[Records from a collection]
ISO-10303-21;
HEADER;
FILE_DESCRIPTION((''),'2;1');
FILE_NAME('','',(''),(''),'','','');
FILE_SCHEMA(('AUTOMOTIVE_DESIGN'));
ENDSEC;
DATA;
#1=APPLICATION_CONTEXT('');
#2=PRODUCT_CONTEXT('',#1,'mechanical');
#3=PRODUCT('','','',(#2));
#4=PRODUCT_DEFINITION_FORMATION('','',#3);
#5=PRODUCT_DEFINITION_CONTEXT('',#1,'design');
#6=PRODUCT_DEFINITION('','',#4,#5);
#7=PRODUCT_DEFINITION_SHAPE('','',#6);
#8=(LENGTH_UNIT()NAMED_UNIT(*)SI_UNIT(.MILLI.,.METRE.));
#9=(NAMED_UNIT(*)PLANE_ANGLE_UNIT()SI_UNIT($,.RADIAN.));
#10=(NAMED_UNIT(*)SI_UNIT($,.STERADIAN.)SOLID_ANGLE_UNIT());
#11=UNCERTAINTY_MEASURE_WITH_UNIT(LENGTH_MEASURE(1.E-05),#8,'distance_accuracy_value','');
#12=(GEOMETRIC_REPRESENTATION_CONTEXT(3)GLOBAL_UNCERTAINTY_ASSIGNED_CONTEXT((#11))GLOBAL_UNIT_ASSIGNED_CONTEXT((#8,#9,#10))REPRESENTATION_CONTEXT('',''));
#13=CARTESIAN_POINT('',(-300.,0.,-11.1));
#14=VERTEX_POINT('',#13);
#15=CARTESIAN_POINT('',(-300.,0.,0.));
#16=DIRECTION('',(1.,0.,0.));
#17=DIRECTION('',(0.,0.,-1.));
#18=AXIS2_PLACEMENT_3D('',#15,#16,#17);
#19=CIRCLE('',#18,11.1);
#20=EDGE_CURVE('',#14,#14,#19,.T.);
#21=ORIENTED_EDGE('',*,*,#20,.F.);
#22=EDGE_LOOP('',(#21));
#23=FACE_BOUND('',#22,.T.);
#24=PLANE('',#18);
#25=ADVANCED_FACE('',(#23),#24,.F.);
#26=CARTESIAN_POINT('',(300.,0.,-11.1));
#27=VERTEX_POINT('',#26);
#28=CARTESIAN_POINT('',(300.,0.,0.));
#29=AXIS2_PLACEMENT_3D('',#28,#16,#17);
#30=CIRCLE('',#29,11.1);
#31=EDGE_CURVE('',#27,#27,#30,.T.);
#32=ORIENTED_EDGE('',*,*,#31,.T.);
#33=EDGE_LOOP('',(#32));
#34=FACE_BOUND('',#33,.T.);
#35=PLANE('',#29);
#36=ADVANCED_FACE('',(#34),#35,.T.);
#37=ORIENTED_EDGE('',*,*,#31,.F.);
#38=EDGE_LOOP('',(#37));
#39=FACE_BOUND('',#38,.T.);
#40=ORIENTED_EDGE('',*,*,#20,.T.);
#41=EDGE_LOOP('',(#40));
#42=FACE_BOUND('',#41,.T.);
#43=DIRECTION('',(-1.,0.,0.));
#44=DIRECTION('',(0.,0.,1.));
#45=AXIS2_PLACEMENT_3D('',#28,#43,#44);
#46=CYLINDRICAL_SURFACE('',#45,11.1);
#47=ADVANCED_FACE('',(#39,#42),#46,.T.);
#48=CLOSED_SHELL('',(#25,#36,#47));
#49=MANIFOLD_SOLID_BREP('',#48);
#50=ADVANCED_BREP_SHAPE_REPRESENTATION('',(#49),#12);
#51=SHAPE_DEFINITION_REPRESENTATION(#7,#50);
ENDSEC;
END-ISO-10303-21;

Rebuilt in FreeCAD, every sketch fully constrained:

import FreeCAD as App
import Part
import Sketcher

doc = App.newDocument("Part")
params = doc.addObject("Spreadsheet::Sheet", "Params")
for row, (alias, value) in enumerate([
    ("sketch1_diameter", "22.2 mm"),
    ("pad1_length", "600 mm"),
], start=1):
    params.set(f"A{row}", alias)
    params.set(f"B{row}", "=" + value)
    params.setAlias(f"B{row}", alias)

body = doc.addObject("PartDesign::Body", "Body")

sketch1 = body.newObject("Sketcher::SketchObject", "Sketch")
sketch1.AttachmentSupport = (doc.getObject("YZ_Plane"), [""])
sketch1.MapMode = "FlatFace"
sketch1.addGeometry(Part.Circle(App.Vector(0, 0, 0), App.Vector(0, 0, 1), 11), False)
sketch1.addConstraint(Sketcher.Constraint("Coincident", 0, 3, -1, 1))
sketch1.addConstraint(Sketcher.Constraint("Diameter", 0, 22.2))
sketch1.setExpression("Constraints[1]", "Params.sketch1_diameter")
pad1 = body.newObject("PartDesign::Pad", "Pad")
pad1.Profile = sketch1
pad1.setExpression("Length", "Params.pad1_length")
pad1.Midplane = True

doc.recompute()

### REQUIRED ACTION
Could you write out, exactly as they stand, only the lines above that begin at the line with "#44=DIRECTION('',(0.,0.,1.));" and stop after the line with "Rebuilt in FreeCAD, every"?

### EXERCISE ANSWER
#44=DIRECTION('',(0.,0.,1.));
#45=AXIS2_PLACEMENT_3D('',#28,#43,#44);
#46=CYLINDRICAL_SURFACE('',#45,11.1);
#47=ADVANCED_FACE('',(#39,#42),#46,.T.);
#48=CLOSED_SHELL('',(#25,#36,#47));
#49=MANIFOLD_SOLID_BREP('',#48);
#50=ADVANCED_BREP_SHAPE_REPRESENTATION('',(#49),#12);
#51=SHAPE_DEFINITION_REPRESENTATION(#7,#50);
ENDSEC;
END-ISO-10303-21;

Rebuilt in FreeCAD, every sketch fully constrained:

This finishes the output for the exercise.